══ Exercise data

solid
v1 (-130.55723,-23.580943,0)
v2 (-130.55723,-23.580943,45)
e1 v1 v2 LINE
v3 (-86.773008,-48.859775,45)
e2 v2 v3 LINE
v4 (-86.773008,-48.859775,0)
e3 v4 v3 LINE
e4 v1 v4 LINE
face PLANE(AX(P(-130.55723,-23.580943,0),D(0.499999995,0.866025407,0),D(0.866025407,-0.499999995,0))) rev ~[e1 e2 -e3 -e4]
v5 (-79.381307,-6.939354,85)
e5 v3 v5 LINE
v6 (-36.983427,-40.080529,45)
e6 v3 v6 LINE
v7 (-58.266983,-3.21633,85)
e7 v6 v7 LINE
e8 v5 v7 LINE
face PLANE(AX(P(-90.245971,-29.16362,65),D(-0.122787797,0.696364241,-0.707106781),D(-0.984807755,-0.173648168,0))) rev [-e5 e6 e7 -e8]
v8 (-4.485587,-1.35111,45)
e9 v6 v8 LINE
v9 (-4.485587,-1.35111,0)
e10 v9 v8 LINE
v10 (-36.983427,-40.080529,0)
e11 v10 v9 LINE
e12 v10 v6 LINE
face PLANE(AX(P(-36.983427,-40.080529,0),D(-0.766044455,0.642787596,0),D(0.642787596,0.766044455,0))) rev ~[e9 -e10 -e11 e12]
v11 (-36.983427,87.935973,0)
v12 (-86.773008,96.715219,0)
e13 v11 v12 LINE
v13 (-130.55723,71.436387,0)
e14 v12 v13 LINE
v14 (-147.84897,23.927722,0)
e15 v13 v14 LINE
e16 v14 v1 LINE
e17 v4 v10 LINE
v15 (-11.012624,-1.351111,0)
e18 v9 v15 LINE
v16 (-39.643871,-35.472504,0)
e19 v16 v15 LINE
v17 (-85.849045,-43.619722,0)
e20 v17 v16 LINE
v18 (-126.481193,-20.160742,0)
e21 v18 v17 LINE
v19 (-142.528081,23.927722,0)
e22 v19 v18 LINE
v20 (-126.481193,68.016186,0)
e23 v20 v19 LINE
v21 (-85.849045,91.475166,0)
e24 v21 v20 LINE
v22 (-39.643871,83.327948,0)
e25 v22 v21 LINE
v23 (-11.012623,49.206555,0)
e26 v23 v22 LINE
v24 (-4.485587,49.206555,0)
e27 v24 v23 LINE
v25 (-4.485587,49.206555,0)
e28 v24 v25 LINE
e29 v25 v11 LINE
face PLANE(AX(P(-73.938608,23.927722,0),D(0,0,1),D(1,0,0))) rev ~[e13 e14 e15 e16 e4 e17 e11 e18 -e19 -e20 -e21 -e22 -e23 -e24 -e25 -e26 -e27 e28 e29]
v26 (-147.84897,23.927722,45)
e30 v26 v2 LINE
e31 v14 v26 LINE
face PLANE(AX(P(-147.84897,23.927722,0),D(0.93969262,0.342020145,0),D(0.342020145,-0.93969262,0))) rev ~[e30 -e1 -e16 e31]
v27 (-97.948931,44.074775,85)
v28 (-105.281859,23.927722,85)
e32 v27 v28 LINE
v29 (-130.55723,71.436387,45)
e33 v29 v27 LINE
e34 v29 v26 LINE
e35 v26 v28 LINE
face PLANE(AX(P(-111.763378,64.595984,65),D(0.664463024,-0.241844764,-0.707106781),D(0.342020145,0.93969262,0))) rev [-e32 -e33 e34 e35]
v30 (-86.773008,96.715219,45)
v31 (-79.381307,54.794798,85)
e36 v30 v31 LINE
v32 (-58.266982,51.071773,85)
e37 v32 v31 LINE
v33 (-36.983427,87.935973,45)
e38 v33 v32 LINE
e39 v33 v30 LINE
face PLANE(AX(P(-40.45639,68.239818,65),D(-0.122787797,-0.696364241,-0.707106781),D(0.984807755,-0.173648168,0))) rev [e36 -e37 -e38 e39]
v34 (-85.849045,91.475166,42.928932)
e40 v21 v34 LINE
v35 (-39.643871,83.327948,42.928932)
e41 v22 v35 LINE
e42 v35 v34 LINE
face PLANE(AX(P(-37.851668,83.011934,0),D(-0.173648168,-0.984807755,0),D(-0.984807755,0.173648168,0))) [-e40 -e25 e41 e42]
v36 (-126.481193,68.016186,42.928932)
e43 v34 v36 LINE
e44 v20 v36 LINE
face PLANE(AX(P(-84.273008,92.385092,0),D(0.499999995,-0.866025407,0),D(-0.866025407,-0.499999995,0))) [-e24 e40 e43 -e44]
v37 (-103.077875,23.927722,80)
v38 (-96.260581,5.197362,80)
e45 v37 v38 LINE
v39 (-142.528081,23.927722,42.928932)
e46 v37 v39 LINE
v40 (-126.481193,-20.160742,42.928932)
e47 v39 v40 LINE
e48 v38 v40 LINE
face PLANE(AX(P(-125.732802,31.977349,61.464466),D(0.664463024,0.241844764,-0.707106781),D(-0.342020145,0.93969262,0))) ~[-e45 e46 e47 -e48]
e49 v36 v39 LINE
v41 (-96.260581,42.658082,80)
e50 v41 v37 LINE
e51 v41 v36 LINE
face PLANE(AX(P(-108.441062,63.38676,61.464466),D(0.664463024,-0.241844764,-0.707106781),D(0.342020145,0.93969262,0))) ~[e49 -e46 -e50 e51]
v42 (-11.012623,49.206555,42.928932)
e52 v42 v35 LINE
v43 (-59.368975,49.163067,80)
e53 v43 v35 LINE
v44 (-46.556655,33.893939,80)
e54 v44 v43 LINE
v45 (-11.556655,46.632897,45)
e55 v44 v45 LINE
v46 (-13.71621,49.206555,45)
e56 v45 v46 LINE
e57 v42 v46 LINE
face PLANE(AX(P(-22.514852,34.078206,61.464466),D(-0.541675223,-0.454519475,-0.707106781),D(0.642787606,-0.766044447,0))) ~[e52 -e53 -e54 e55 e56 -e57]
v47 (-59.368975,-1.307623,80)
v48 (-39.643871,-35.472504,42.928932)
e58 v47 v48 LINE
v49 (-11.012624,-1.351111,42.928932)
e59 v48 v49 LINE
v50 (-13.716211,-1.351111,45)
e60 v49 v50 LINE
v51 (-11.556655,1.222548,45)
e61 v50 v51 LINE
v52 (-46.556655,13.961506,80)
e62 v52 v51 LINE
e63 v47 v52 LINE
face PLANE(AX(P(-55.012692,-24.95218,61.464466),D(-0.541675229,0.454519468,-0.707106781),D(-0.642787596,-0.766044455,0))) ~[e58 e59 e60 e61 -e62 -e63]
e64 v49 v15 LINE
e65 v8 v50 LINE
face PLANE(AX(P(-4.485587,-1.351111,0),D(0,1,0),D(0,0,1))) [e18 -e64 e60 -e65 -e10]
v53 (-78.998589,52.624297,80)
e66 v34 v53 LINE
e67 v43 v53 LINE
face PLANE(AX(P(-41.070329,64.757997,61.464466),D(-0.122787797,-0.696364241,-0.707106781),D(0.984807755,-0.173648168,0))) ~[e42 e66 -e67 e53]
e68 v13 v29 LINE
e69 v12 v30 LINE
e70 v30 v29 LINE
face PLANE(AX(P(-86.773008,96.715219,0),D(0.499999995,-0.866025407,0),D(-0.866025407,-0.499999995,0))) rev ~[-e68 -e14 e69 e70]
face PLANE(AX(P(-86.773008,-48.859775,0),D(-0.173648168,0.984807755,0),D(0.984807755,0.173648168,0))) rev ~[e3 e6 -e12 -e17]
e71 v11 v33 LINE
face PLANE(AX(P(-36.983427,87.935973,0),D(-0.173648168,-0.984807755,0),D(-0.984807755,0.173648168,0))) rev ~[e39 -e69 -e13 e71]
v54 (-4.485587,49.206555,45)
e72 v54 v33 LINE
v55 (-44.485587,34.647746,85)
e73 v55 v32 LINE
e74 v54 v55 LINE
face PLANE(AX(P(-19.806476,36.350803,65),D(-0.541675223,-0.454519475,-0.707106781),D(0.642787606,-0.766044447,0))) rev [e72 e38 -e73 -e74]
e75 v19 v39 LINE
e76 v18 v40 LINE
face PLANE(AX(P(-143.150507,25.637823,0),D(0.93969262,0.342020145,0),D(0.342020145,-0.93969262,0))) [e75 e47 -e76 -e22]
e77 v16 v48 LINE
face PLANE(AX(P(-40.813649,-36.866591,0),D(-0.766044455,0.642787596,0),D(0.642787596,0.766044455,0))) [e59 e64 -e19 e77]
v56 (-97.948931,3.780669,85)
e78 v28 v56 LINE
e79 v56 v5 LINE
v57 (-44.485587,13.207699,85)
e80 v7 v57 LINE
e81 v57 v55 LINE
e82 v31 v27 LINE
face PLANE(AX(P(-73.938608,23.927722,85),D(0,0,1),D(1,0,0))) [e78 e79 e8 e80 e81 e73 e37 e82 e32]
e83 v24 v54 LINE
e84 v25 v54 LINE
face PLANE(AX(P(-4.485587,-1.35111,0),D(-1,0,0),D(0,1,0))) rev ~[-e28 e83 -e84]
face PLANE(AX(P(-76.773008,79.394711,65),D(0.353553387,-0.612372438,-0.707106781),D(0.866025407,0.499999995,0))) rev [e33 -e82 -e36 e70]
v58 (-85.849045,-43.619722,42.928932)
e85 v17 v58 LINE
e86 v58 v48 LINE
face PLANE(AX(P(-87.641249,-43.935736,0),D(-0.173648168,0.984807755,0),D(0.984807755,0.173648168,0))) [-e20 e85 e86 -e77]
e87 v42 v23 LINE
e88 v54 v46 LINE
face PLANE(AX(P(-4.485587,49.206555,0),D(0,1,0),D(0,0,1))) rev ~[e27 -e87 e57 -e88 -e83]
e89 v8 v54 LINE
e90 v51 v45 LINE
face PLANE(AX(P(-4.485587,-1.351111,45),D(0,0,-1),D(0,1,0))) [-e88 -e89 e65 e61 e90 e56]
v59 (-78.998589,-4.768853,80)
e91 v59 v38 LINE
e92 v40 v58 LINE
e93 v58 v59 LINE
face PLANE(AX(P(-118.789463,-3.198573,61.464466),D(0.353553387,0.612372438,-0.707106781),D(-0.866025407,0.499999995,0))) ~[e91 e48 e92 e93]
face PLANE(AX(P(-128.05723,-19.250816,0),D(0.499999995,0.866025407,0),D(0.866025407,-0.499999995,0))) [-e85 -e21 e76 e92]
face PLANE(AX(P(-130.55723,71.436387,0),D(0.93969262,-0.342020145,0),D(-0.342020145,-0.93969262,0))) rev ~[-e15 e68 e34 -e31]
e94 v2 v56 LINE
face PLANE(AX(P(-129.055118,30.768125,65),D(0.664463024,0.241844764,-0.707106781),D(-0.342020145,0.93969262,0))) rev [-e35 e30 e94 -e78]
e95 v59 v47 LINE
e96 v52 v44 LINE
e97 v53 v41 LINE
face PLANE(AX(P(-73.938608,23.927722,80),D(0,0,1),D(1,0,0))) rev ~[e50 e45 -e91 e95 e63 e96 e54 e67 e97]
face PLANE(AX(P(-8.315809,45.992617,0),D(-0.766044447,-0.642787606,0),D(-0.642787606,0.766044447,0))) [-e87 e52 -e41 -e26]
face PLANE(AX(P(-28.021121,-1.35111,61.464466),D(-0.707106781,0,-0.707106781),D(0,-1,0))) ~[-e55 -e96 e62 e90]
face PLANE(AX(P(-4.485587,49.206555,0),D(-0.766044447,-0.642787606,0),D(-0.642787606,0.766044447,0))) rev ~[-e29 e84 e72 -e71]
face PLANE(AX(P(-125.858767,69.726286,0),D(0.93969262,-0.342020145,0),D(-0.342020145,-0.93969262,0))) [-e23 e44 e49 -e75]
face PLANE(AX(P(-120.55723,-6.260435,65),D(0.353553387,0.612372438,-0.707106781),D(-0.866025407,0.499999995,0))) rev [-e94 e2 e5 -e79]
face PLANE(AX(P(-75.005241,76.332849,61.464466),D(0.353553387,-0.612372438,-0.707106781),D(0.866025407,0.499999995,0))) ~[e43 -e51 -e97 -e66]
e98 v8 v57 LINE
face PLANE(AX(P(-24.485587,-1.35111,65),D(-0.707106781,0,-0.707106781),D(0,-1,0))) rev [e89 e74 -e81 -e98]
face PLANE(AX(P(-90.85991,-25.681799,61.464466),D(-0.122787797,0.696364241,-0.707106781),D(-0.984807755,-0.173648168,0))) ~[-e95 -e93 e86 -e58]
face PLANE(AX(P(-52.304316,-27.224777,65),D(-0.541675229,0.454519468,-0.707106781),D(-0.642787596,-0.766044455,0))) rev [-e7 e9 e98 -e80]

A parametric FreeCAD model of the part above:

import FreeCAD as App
import Part
import Sketcher
Q = App.Units.Quantity


def edges_at(feature, points):
    """Names of the edges that pass closest to the given points."""
    edges = feature.Shape.Edges
    near = lambda p: min(range(len(edges)), key=lambda i: edges[i].distToShape(Part.Vertex(*p))[0])
    return sorted({f"Edge{near(p) + 1}" for p in points})


def faces_at(feature, points):
    """Names of the faces that lie closest to the given points."""
    faces = feature.Shape.Faces
    near = lambda p: min(range(len(faces)), key=lambda i: faces[i].distToShape(Part.Vertex(*p))[0])
    return sorted({f"Face{near(p) + 1}" for p in points})

doc = App.newDocument("Part")
body = doc.addObject("PartDesign::Body", "Body")

# Sketch on XY plane
sketch1 = doc.addObject("Sketcher::SketchObject", "Sketch")
body.addObject(sketch1)
sketch1.AttachmentSupport = (doc.XY_Plane, [""])
sketch1.MapMode = "FlatFace"
sketch1.addGeometry([
    Part.LineSegment(App.Vector(-4, -1, 0), App.Vector(-4, 49, 0)),  # 0
    Part.LineSegment(App.Vector(-4, 49, 0), App.Vector(-37, 88, 0)),  # 1
    Part.LineSegment(App.Vector(-37, 88, 0), App.Vector(-87, 97, 0)),  # 2
    Part.LineSegment(App.Vector(-87, 97, 0), App.Vector(-131, 71, 0)),  # 3
    Part.LineSegment(App.Vector(-131, 71, 0), App.Vector(-148, 24, 0)),  # 4
    Part.LineSegment(App.Vector(-148, 24, 0), App.Vector(-131, -24, 0)),  # 5
    Part.LineSegment(App.Vector(-131, -24, 0), App.Vector(-87, -49, 0)),  # 6
    Part.LineSegment(App.Vector(-87, -49, 0), App.Vector(-37, -40, 0)),  # 7
    Part.LineSegment(App.Vector(-37, -40, 0), App.Vector(-4, -1, 0)),  # 8
], False)
sketch1.addConstraint([
    Sketcher.Constraint("Coincident", 0, 2, 1, 1),
    Sketcher.Constraint("Coincident", 1, 2, 2, 1),
    Sketcher.Constraint("Coincident", 2, 2, 3, 1),
    Sketcher.Constraint("Coincident", 3, 2, 4, 1),
    Sketcher.Constraint("Coincident", 4, 2, 5, 1),
    Sketcher.Constraint("Coincident", 5, 2, 6, 1),
    Sketcher.Constraint("Coincident", 6, 2, 7, 1),
    Sketcher.Constraint("Coincident", 7, 2, 8, 1),
    Sketcher.Constraint("Coincident", 8, 2, 0, 1),
    Sketcher.Constraint("Vertical", 0),
    Sketcher.Constraint("Vertical", 3, 2, 5, 2),
    Sketcher.Constraint("Vertical", 2, 2, 6, 2),
    Sketcher.Constraint("Vertical", 1, 2, 7, 2),
    Sketcher.Constraint("Equal", 1, 2),
    Sketcher.Constraint("Equal", 2, 3),
    Sketcher.Constraint("Equal", 3, 4),
    Sketcher.Constraint("Equal", 4, 5),
    Sketcher.Constraint("Equal", 5, 6),
    Sketcher.Constraint("Equal", 6, 7),
    Sketcher.Constraint("Equal", 7, 8),
    Sketcher.Constraint("Angle", 1, Q("130 deg")),
    Sketcher.Constraint("Angle", 2, Q("170.000001 deg")),
    Sketcher.Constraint("Angle", 3, Q("-150 deg")),
    Sketcher.Constraint("Angle", 4, Q("-110 deg")),
    Sketcher.Constraint("DistanceY", 5, 2, 0, 2, 72.787498),
    Sketcher.Constraint("DistanceX", 2, 2, -1, 1, 86.773008),
    Sketcher.Constraint("DistanceY", -1, 1, 2, 2, 96.715219),
])
pad1 = doc.addObject("PartDesign::Pad", "Pad")
body.addObject(pad1)
pad1.Profile = sketch1
pad1.Length = 85
doc.recompute()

════

◆ Problem requirements ◆
After locating the line with "e55 e56 -e57]" above, return that line and every later line through the one with "e70 v30 v29 LINE", word for word and with nothing else.

◆ Result for this exercise ◆
face PLANE(AX(P(-22.514852,34.078206,61.464466),D(-0.541675223,-0.454519475,-0.707106781),D(0.642787606,-0.766044447,0))) ~[e52 -e53 -e54 e55 e56 -e57]
v47 (-59.368975,-1.307623,80)
v48 (-39.643871,-35.472504,42.928932)
e58 v47 v48 LINE
v49 (-11.012624,-1.351111,42.928932)
e59 v48 v49 LINE
v50 (-13.716211,-1.351111,45)
e60 v49 v50 LINE
v51 (-11.556655,1.222548,45)
e61 v50 v51 LINE
v52 (-46.556655,13.961506,80)
e62 v52 v51 LINE
e63 v47 v52 LINE
face PLANE(AX(P(-55.012692,-24.95218,61.464466),D(-0.541675229,0.454519468,-0.707106781),D(-0.642787596,-0.766044455,0))) ~[e58 e59 e60 e61 -e62 -e63]
e64 v49 v15 LINE
e65 v8 v50 LINE
face PLANE(AX(P(-4.485587,-1.351111,0),D(0,1,0),D(0,0,1))) [e18 -e64 e60 -e65 -e10]
v53 (-78.998589,52.624297,80)
e66 v34 v53 LINE
e67 v43 v53 LINE
face PLANE(AX(P(-41.070329,64.757997,61.464466),D(-0.122787797,-0.696364241,-0.707106781),D(0.984807755,-0.173648168,0))) ~[e42 e66 -e67 e53]
e68 v13 v29 LINE
e69 v12 v30 LINE
e70 v30 v29 LINE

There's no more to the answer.